_Task input_:
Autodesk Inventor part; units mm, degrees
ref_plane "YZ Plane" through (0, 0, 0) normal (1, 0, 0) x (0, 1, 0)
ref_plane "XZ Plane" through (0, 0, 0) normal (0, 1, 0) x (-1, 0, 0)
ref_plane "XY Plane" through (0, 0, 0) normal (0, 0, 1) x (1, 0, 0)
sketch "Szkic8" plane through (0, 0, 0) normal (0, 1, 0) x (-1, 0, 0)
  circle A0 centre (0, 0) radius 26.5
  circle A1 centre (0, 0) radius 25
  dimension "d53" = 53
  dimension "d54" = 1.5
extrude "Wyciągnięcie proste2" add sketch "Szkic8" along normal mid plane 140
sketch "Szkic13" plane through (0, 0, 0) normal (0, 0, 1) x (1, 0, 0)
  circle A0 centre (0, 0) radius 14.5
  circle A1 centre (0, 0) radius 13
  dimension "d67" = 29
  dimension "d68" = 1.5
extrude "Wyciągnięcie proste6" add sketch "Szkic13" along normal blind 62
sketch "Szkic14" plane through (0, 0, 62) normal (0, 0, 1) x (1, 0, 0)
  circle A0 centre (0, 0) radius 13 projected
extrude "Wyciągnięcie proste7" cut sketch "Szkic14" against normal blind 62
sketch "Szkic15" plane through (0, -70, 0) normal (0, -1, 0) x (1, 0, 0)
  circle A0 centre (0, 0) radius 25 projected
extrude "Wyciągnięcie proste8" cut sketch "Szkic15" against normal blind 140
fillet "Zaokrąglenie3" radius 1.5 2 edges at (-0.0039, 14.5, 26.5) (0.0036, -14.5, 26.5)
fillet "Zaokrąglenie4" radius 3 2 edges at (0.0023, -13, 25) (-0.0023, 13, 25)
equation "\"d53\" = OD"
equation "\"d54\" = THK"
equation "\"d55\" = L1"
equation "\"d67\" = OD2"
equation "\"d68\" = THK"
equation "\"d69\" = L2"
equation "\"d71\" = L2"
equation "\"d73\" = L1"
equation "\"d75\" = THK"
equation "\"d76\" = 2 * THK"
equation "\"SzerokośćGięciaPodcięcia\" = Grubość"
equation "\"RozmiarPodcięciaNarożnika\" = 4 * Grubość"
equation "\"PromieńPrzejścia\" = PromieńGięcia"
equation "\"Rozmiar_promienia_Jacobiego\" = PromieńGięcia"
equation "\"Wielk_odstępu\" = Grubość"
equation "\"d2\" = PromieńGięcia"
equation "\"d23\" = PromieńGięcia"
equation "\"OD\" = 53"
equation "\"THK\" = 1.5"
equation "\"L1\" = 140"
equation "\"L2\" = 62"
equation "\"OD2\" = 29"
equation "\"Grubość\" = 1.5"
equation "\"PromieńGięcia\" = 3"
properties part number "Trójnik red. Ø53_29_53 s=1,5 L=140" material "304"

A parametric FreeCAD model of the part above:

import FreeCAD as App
import Part
import Sketcher
from FreeCAD import Vector
Q = App.Units.Quantity


def edges_at(feature, points):
    """Names of the edges that pass closest to the given points."""
    edges = feature.Shape.Edges
    near = lambda p: min(range(len(edges)), key=lambda i: edges[i].distToShape(Part.Vertex(*p))[0])
    return sorted({f"Edge{near(p) + 1}" for p in points})

doc = App.newDocument("Part")
body = doc.addObject("PartDesign::Body", "Body")

# Sketch on XZ plane
sketch1 = doc.addObject("Sketcher::SketchObject", "Sketch")
body.addObject(sketch1)
sketch1.AttachmentSupport = (doc.XZ_Plane, [""])
sketch1.MapMode = "FlatFace"
sketch1.addGeometry(Part.Circle(Vector(0, 0, 0), Vector(0, 0, 1), 26), False)
sketch1.addGeometry(Part.Circle(Vector(0, 0, 0), Vector(0, 0, 1), 25), False)
sketch1.addConstraint(Sketcher.Constraint("Coincident", 0, 3, -1, 1))
sketch1.addConstraint(Sketcher.Constraint("Coincident", 1, 3, -1, 1))
sketch1.addConstraint(Sketcher.Constraint("Diameter", 0, Q("53 mm")))
sketch1.addConstraint(Sketcher.Constraint("Diameter", 1, Q("50 mm")))
pad1 = doc.addObject("PartDesign::Pad", "Pad")
body.addObject(pad1)
pad1.Profile = sketch1
pad1.Length = 140
pad1.Midplane = True

# Sketch on XY plane
sketch2 = doc.addObject("Sketcher::SketchObject", "Sketch001")
body.addObject(sketch2)
sketch2.AttachmentSupport = (doc.XY_Plane, [""])
sketch2.MapMode = "FlatFace"
sketch2.addGeometry(Part.Circle(Vector(0, 0, 0), Vector(0, 0, 1), 14), False)
sketch2.addGeometry(Part.Circle(Vector(0, 0, 0), Vector(0, 0, 1), 13), False)
sketch2.addConstraint(Sketcher.Constraint("Coincident", 0, 3, -1, 1))
sketch2.addConstraint(Sketcher.Constraint("Coincident", 1, 3, -1, 1))
sketch2.addConstraint(Sketcher.Constraint("Diameter", 0, Q("29 mm")))
sketch2.addConstraint(Sketcher.Constraint("Diameter", 1, Q("26 mm")))
pad2 = doc.addObject("PartDesign::Pad", "Pad001")
body.addObject(pad2)
pad2.Profile = sketch2
pad2.Length = 62

# Sketch on XY plane
sketch3 = doc.addObject("Sketcher::SketchObject", "Sketch002")
body.addObject(sketch3)
sketch3.AttachmentSupport = (doc.XY_Plane, [""])
sketch3.MapMode = "FlatFace"
sketch3.AttachmentOffset = App.Placement(Vector(0, 0, 62), App.Rotation())
sketch3.addGeometry(Part.Circle(Vector(0, 0, 0), Vector(0, 0, 1), 13), False)
sketch3.addConstraint(Sketcher.Constraint("Coincident", 0, 3, -1, 1))
sketch3.addConstraint(Sketcher.Constraint("Diameter", 0, Q("26 mm")))
pocket1 = doc.addObject("PartDesign::Pocket", "Pocket")
body.addObject(pocket1)
pocket1.Profile = sketch3
pocket1.Length = 62

# Sketch on XZ plane
sketch4 = doc.addObject("Sketcher::SketchObject", "Sketch003")
body.addObject(sketch4)
sketch4.AttachmentSupport = (doc.XZ_Plane, [""])
sketch4.MapMode = "FlatFace"
sketch4.AttachmentOffset = App.Placement(Vector(0, 0, 70), App.Rotation())
sketch4.addGeometry(Part.Circle(Vector(0, 0, 0), Vector(0, 0, 1), 25), False)
sketch4.addConstraint(Sketcher.Constraint("Coincident", 0, 3, -1, 1))
sketch4.addConstraint(Sketcher.Constraint("Diameter", 0, Q("50 mm")))
pocket2 = doc.addObject("PartDesign::Pocket", "Pocket001")
body.addObject(pocket2)
pocket2.Profile = sketch4
pocket2.Length = 140
doc.recompute()

fillet = doc.addObject("PartDesign::Fillet", "Fillet")
body.addObject(fillet)
fillet.Base = (pocket2, edges_at(pocket2, [(-0.004, 14.5, 26.5), (0.004, -14.5, 26.5)]))
fillet.Radius = 1.5
doc.recompute()

fillet2 = doc.addObject("PartDesign::Fillet", "Fillet001")
body.addObject(fillet2)
fillet2.Base = (fillet, edges_at(fillet, [(0.002, -13, 25), (-0.002, 13, 25)]))
fillet2.Radius = 3

doc.recompute()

_What you should do_: Within the data above, filter for lines containing the word "projected" and copy each one.

_Task output_:
  circle A0 centre (0, 0) radius 13 projected
  circle A0 centre (0, 0) radius 25 projected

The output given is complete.